(Collected data entries)
----------------
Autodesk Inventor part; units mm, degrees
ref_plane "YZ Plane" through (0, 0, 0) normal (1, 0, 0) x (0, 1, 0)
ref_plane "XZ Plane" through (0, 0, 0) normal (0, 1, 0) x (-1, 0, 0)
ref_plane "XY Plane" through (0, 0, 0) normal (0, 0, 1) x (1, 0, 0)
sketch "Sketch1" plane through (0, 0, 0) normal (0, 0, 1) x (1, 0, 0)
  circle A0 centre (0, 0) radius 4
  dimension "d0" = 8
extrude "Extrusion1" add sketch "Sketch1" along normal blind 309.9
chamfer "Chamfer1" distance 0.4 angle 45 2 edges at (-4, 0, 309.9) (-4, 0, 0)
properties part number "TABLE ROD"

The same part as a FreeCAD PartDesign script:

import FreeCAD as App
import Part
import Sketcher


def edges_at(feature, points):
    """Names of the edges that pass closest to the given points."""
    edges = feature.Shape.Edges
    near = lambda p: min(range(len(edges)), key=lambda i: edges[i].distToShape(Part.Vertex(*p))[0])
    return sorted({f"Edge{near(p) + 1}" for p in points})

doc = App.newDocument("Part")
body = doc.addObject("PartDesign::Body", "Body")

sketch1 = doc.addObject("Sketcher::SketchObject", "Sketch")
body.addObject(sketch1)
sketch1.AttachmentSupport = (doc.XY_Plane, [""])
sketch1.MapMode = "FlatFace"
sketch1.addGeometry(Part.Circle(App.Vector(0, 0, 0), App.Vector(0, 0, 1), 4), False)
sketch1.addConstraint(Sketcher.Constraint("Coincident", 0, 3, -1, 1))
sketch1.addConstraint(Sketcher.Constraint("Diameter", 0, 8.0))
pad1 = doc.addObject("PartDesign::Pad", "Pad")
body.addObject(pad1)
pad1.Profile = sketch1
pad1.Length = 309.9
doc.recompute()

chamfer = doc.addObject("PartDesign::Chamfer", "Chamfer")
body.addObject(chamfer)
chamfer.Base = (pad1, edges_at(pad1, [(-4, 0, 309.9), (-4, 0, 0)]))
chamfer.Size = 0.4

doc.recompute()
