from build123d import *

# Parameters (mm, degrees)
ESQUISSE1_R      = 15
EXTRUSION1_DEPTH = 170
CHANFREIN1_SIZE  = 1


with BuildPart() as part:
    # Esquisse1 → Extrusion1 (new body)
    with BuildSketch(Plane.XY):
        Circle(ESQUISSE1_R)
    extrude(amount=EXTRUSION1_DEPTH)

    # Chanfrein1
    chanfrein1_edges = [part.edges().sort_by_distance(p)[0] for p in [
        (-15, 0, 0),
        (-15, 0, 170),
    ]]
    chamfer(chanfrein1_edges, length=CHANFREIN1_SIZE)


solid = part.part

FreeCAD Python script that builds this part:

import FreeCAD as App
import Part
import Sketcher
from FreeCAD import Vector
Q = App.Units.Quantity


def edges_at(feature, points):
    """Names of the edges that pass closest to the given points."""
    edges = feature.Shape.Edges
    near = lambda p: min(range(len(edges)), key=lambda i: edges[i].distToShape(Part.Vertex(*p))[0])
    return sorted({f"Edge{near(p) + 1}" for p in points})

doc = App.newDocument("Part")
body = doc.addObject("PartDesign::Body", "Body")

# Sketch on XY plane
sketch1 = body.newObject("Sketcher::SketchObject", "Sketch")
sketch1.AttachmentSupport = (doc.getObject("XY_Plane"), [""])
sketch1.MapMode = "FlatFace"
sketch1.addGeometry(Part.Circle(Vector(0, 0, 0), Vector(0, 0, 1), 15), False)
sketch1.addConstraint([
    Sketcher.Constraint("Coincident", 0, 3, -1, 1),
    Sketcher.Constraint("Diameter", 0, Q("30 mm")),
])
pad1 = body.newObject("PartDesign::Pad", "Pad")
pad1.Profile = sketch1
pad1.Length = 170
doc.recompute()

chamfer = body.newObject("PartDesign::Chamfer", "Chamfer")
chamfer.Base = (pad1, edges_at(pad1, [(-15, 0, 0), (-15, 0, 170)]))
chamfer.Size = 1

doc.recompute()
----------------
ACTIVITY – Scan the entries above and return each line that holds "with".

EXERCISE RESPONSE –
with BuildPart() as part:
    with BuildSketch(Plane.XY):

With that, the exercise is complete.